**TASK INSTRUCTIONS:** Only one stretch of the data below is wanted: the lines from the one with "v 15.19 -3.985 0.1" through the one with "f 96 157 158", repeated exactly.

======== TASK MATERIAL

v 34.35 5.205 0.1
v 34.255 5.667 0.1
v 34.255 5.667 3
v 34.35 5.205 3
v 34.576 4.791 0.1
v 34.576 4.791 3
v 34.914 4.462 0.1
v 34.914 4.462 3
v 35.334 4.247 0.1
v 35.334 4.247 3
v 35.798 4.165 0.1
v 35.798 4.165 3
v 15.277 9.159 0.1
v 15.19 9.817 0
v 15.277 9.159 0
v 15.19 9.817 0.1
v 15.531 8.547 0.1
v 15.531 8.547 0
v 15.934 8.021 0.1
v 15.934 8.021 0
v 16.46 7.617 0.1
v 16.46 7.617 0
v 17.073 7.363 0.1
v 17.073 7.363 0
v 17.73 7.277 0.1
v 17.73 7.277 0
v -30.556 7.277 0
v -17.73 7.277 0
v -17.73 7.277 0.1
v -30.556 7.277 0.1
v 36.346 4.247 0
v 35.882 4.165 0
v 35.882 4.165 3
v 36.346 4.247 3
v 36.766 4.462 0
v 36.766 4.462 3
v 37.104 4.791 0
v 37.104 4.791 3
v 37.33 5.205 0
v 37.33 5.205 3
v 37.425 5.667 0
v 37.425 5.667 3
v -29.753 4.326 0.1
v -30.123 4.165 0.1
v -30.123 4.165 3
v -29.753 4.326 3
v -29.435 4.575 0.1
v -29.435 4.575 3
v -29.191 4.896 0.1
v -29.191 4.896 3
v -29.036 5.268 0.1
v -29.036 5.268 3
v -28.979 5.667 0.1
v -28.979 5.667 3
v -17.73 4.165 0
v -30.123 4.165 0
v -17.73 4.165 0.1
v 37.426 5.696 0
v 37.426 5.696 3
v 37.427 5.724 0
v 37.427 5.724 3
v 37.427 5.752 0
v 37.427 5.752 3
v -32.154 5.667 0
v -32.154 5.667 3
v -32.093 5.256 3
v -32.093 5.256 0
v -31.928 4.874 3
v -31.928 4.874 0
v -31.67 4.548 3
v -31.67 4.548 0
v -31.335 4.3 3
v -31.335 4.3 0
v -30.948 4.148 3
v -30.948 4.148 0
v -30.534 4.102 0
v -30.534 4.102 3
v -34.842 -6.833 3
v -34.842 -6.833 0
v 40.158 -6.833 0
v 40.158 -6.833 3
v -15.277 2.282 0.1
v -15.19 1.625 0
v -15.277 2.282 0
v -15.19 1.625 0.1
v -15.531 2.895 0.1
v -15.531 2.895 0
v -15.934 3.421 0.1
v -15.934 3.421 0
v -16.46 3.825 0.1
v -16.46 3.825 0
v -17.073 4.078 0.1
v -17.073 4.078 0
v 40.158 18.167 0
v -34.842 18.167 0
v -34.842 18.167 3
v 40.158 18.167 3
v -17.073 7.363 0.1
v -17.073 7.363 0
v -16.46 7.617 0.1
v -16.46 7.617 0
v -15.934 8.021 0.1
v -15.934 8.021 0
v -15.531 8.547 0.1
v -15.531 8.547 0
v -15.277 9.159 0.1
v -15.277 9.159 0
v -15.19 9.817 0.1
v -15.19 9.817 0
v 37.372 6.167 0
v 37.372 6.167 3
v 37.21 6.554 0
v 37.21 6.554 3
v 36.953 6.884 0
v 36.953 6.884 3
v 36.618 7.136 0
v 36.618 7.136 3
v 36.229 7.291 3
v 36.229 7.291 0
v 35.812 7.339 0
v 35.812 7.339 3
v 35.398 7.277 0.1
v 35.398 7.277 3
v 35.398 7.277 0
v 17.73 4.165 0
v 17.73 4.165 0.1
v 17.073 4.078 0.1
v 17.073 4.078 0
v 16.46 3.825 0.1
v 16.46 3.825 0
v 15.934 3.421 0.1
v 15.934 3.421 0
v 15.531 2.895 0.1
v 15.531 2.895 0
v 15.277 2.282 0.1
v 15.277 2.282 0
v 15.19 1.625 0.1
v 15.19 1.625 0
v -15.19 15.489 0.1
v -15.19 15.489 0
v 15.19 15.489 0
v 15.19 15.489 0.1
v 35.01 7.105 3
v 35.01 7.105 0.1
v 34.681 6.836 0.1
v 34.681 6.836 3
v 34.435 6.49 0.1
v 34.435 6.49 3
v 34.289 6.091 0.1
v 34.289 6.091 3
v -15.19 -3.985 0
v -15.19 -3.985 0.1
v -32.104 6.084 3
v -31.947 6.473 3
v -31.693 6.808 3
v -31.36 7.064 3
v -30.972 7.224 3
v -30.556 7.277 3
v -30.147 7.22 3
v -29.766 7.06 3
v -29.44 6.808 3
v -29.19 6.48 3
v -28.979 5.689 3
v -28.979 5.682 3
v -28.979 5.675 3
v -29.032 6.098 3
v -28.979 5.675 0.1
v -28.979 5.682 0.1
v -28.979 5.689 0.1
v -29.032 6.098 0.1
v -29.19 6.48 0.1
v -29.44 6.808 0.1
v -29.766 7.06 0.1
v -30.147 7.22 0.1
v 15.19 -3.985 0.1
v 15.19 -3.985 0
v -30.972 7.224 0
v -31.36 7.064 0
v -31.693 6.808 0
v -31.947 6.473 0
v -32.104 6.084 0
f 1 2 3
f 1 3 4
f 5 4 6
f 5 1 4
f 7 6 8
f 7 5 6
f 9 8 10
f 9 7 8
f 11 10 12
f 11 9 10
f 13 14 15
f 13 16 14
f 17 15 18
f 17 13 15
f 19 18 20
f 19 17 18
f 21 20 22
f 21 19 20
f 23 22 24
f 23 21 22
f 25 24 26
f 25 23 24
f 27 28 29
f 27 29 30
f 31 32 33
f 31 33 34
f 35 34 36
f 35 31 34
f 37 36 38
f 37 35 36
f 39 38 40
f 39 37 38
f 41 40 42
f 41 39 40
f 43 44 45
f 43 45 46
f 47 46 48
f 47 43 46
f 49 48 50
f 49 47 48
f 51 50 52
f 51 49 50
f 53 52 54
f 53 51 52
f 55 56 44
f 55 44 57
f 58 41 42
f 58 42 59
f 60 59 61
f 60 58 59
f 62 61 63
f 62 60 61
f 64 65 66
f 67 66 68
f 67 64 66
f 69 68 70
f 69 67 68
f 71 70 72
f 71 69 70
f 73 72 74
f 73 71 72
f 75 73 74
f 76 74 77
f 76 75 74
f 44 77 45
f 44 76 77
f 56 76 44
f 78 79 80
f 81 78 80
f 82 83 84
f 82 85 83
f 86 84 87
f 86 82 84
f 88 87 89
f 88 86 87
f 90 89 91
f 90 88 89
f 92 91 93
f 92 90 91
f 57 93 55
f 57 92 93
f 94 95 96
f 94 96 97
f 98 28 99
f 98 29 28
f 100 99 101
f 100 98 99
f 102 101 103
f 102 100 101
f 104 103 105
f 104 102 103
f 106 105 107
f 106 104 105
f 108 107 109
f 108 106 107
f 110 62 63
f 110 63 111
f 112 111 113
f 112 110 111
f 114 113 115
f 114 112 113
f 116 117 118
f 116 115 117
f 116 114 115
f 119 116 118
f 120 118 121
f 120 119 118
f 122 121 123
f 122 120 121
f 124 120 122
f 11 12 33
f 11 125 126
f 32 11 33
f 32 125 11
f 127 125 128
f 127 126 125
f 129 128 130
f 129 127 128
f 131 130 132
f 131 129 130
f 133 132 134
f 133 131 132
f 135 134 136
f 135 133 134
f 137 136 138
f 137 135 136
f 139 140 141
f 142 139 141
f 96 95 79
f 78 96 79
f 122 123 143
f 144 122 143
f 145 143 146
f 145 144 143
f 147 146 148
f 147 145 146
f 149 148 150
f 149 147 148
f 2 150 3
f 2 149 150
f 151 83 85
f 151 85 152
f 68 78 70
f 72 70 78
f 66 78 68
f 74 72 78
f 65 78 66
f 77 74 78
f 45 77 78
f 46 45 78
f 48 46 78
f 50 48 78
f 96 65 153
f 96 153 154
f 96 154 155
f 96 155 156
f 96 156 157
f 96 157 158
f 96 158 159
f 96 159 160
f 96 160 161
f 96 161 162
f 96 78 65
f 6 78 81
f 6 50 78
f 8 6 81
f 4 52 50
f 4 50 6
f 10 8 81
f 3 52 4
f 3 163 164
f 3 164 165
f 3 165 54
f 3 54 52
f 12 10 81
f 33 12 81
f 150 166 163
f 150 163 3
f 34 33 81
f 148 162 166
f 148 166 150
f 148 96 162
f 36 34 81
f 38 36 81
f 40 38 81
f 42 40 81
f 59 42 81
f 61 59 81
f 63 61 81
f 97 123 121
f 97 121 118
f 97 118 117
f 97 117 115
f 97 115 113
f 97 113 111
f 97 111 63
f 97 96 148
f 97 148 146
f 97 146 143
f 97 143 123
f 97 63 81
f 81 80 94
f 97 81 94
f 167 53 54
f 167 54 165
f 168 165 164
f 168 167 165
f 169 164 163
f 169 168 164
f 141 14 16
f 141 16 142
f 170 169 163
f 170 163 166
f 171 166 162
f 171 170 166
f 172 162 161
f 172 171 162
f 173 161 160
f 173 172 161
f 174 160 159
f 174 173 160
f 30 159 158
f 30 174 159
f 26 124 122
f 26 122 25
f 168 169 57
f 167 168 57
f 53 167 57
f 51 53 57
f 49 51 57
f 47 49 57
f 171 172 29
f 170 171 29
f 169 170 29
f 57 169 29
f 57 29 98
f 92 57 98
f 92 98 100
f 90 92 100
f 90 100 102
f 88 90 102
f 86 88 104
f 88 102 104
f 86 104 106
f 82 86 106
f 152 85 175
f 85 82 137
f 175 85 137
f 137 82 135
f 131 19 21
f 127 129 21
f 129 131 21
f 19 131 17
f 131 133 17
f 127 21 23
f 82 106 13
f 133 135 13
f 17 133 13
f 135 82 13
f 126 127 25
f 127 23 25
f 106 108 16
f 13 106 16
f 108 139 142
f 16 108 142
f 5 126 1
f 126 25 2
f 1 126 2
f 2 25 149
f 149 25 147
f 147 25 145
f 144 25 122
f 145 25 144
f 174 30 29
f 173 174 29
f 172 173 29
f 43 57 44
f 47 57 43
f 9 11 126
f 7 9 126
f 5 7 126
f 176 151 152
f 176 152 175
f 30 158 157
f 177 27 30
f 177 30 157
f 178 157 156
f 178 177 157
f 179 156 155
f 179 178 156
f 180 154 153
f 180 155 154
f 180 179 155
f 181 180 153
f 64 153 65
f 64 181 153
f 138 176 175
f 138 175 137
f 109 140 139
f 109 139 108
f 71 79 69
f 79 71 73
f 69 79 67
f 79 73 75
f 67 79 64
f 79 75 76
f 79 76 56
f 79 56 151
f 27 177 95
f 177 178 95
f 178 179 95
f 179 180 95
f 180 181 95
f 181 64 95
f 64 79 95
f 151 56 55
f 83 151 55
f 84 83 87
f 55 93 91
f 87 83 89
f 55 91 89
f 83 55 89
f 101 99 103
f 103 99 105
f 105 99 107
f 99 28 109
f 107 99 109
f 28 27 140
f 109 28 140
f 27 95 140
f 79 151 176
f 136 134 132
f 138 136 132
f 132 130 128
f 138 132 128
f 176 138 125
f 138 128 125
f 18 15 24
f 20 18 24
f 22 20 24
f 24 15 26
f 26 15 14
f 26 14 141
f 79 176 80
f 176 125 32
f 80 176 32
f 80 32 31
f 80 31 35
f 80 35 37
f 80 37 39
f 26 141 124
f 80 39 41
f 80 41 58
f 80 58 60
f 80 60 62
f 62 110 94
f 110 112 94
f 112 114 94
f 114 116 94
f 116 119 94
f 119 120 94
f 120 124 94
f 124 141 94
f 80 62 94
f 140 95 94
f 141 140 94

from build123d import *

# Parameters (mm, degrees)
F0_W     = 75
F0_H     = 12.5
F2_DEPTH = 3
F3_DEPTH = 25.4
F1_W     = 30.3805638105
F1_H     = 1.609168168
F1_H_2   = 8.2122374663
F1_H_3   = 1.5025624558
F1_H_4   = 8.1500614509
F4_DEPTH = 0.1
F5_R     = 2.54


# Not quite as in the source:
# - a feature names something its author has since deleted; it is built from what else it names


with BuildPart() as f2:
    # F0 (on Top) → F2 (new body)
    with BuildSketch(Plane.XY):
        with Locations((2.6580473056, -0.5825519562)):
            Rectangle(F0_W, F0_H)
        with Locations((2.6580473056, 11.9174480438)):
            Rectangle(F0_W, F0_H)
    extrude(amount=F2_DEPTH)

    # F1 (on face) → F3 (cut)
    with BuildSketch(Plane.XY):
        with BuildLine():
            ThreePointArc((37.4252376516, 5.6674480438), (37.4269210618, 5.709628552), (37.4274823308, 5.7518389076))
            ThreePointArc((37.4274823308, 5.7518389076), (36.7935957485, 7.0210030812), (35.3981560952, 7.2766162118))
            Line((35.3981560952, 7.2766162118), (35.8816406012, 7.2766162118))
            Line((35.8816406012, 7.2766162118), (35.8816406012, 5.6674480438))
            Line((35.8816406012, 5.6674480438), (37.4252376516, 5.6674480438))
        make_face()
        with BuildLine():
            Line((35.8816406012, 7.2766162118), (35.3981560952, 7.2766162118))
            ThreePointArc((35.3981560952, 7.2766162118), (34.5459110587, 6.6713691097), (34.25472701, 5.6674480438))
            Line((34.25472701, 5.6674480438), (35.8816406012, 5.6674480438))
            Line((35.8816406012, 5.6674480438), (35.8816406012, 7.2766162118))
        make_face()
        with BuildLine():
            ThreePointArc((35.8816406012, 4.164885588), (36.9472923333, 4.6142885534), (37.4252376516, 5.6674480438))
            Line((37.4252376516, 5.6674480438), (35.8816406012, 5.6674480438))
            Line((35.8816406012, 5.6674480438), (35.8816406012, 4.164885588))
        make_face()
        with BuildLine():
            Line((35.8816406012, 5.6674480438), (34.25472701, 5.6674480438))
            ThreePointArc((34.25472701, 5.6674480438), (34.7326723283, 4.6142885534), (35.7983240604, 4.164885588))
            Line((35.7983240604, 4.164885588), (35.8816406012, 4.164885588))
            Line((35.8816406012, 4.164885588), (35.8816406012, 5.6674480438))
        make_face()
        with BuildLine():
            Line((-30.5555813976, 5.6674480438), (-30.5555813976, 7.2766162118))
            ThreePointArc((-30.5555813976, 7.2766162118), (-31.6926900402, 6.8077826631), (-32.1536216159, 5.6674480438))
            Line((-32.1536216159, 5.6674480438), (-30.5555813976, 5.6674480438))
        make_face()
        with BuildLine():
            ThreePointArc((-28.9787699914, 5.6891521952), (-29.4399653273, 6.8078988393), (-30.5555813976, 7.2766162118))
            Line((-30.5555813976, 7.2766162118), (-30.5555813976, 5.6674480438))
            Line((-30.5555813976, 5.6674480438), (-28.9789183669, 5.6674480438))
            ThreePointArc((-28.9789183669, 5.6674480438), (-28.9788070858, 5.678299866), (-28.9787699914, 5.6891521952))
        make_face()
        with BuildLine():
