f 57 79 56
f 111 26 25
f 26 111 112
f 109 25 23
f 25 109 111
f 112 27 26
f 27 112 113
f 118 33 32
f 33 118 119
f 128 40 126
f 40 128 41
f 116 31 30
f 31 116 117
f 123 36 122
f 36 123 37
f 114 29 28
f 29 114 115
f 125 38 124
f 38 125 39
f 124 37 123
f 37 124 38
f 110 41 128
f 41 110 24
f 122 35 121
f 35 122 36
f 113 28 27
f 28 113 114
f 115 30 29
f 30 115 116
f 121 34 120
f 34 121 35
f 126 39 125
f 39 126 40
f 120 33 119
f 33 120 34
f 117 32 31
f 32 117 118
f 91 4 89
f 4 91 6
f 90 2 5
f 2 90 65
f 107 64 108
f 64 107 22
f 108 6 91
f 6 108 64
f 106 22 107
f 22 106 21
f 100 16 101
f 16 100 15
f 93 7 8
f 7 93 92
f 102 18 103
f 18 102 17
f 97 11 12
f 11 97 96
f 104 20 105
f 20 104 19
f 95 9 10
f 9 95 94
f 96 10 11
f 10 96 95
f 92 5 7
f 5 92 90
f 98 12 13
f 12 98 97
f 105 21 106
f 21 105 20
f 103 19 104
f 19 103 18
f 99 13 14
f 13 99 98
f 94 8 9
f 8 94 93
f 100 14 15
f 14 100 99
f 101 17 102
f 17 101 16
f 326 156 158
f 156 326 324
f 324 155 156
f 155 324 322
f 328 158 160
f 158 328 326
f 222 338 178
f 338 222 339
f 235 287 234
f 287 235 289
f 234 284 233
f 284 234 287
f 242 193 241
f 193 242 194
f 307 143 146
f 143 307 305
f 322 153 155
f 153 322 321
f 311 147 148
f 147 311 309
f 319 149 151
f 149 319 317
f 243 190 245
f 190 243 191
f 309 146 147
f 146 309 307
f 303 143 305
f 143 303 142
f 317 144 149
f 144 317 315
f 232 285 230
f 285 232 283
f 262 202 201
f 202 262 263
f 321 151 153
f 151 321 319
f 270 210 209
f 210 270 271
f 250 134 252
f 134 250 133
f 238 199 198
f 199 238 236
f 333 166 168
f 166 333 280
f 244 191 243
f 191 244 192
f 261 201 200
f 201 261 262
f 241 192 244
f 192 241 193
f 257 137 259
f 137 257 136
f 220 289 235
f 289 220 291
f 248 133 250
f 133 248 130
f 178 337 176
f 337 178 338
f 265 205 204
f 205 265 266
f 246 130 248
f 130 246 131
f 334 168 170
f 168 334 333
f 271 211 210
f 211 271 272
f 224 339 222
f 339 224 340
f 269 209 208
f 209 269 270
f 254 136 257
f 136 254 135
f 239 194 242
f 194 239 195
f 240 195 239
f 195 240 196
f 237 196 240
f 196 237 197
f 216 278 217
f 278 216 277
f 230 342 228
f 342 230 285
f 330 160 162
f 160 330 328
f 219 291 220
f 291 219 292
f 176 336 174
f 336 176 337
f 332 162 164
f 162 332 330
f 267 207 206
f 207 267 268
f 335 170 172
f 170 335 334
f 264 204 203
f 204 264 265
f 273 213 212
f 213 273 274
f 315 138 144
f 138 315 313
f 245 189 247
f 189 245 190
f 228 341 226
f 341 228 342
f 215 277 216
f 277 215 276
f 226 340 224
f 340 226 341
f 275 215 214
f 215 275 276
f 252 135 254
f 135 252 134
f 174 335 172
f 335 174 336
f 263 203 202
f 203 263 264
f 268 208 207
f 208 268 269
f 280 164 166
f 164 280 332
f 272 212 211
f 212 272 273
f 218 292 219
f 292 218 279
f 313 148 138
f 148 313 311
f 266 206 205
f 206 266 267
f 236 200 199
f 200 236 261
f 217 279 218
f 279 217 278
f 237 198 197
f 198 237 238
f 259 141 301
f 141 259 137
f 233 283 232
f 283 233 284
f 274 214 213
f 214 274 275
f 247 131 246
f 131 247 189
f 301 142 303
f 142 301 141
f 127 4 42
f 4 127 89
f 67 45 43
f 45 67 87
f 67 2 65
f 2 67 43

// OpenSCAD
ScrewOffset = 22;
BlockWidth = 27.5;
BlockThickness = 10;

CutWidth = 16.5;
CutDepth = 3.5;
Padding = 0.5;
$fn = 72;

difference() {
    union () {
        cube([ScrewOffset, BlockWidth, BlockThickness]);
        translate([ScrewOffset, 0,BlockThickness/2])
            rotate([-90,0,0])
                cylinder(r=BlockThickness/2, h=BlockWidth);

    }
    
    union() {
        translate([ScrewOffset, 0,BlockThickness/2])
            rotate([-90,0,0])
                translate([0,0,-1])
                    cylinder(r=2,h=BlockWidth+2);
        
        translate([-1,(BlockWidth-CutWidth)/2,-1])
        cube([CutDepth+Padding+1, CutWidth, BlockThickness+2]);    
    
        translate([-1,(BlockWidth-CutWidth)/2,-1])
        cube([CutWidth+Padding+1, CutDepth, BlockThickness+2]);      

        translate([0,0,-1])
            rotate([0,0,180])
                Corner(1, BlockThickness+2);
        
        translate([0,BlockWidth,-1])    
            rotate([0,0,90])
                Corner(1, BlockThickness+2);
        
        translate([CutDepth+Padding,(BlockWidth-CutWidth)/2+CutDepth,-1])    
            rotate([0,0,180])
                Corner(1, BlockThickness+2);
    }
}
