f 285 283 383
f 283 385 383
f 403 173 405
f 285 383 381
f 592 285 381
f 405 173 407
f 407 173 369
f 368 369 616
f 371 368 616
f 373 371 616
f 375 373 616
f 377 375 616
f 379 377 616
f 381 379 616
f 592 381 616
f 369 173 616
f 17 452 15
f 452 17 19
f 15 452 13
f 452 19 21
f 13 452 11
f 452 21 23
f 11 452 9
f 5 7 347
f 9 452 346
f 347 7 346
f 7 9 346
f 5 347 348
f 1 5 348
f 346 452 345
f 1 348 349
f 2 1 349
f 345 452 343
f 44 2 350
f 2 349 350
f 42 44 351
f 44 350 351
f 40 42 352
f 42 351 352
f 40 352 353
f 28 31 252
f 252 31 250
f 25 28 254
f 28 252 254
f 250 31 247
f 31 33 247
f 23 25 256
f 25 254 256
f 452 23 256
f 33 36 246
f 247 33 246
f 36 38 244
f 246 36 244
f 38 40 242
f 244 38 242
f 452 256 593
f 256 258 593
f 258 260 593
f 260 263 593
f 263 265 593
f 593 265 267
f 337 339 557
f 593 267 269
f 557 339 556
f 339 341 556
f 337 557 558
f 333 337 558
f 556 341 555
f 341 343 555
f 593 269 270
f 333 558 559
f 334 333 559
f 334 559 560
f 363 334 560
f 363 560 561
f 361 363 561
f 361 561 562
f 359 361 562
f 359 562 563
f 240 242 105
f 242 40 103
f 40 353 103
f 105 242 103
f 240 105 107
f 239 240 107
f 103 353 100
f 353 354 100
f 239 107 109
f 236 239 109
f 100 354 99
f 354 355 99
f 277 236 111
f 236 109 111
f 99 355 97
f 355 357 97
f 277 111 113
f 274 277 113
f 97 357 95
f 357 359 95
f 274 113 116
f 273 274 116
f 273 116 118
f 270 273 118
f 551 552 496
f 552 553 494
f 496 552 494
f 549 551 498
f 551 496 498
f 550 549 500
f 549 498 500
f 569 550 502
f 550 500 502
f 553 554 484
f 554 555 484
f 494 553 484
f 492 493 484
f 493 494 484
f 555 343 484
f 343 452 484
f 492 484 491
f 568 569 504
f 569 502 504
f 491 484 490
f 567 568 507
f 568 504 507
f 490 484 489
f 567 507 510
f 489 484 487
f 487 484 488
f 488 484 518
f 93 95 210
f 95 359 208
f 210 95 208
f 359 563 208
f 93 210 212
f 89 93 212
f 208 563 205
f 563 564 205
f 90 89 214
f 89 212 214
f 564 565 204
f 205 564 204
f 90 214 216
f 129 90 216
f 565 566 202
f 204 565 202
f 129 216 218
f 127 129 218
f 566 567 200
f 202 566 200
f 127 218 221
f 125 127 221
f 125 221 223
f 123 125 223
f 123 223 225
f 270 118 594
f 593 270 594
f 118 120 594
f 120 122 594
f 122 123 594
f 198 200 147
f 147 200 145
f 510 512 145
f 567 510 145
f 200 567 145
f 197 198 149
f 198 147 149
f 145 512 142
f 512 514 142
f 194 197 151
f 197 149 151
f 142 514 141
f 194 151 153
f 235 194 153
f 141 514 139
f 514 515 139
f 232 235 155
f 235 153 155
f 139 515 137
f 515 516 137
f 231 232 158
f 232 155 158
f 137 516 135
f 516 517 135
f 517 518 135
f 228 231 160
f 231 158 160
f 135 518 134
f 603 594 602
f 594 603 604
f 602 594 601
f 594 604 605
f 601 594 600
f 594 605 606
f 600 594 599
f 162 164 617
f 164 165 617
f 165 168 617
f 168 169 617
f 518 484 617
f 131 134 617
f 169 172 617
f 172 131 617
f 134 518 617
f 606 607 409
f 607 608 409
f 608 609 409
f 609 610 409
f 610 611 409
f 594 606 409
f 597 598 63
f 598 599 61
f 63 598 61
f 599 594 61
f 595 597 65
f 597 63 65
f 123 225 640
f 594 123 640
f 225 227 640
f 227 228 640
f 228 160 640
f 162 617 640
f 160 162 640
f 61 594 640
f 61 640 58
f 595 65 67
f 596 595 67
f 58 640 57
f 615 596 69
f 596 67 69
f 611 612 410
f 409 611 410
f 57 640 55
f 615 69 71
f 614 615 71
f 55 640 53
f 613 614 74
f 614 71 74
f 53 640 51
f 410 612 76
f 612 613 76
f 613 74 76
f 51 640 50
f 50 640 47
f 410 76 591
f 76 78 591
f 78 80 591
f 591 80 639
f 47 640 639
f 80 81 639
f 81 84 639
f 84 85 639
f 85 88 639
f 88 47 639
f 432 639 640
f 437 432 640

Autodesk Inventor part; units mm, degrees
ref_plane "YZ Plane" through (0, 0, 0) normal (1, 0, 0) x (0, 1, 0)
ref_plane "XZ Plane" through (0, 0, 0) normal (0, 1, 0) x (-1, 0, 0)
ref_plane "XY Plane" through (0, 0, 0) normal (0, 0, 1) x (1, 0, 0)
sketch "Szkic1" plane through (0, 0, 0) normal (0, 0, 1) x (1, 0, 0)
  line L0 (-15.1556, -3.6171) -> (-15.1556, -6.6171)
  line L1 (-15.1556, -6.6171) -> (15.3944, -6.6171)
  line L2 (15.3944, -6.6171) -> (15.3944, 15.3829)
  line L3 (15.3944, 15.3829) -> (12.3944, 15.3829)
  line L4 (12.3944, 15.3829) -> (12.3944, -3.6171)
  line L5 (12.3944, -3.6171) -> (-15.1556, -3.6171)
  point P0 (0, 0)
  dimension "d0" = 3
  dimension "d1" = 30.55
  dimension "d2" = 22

================

**WRITTEN RESPONSE:**
v 15.19 -3.985 0.1
v 15.19 -3.985 0
v -30.972 7.224 0
v -31.36 7.064 0
v -31.693 6.808 0
v -31.947 6.473 0
v -32.104 6.084 0
f 1 2 3
f 1 3 4
f 5 4 6
f 5 1 4
f 7 6 8
f 7 5 6
f 9 8 10
f 9 7 8
f 11 10 12
f 11 9 10
f 13 14 15
f 13 16 14
f 17 15 18
f 17 13 15
f 19 18 20
f 19 17 18
f 21 20 22
f 21 19 20
f 23 22 24
f 23 21 22
f 25 24 26
f 25 23 24
f 27 28 29
f 27 29 30
f 31 32 33
f 31 33 34
f 35 34 36
f 35 31 34
f 37 36 38
f 37 35 36
f 39 38 40
f 39 37 38
f 41 40 42
f 41 39 40
f 43 44 45
f 43 45 46
f 47 46 48
f 47 43 46
f 49 48 50
f 49 47 48
f 51 50 52
f 51 49 50
f 53 52 54
f 53 51 52
f 55 56 44
f 55 44 57
f 58 41 42
f 58 42 59
f 60 59 61
f 60 58 59
f 62 61 63
f 62 60 61
f 64 65 66
f 67 66 68
f 67 64 66
f 69 68 70
f 69 67 68
f 71 70 72
f 71 69 70
f 73 72 74
f 73 71 72
f 75 73 74
f 76 74 77
f 76 75 74
f 44 77 45
f 44 76 77
f 56 76 44
f 78 79 80
f 81 78 80
f 82 83 84
f 82 85 83
f 86 84 87
f 86 82 84
f 88 87 89
f 88 86 87
f 90 89 91
f 90 88 89
f 92 91 93
f 92 90 91
f 57 93 55
f 57 92 93
f 94 95 96
f 94 96 97
f 98 28 99
f 98 29 28
f 100 99 101
f 100 98 99
f 102 101 103
f 102 100 101
f 104 103 105
f 104 102 103
f 106 105 107
f 106 104 105
f 108 107 109
f 108 106 107
f 110 62 63
f 110 63 111
f 112 111 113
f 112 110 111
f 114 113 115
f 114 112 113
f 116 117 118
f 116 115 117
f 116 114 115
f 119 116 118
f 120 118 121
f 120 119 118
f 122 121 123
f 122 120 121
f 124 120 122
f 11 12 33
f 11 125 126
f 32 11 33
f 32 125 11
f 127 125 128
f 127 126 125
f 129 128 130
f 129 127 128
f 131 130 132
f 131 129 130
f 133 132 134
f 133 131 132
f 135 134 136
f 135 133 134
f 137 136 138
f 137 135 136
f 139 140 141
f 142 139 141
f 96 95 79
f 78 96 79
f 122 123 143
f 144 122 143
f 145 143 146
f 145 144 143
f 147 146 148
f 147 145 146
f 149 148 150
f 149 147 148
f 2 150 3
f 2 149 150
f 151 83 85
f 151 85 152
f 68 78 70
f 72 70 78
f 66 78 68
f 74 72 78
f 65 78 66
f 77 74 78
f 45 77 78
f 46 45 78
f 48 46 78
f 50 48 78
f 96 65 153
f 96 153 154
f 96 154 155
f 96 155 156
f 96 156 157
f 96 157 158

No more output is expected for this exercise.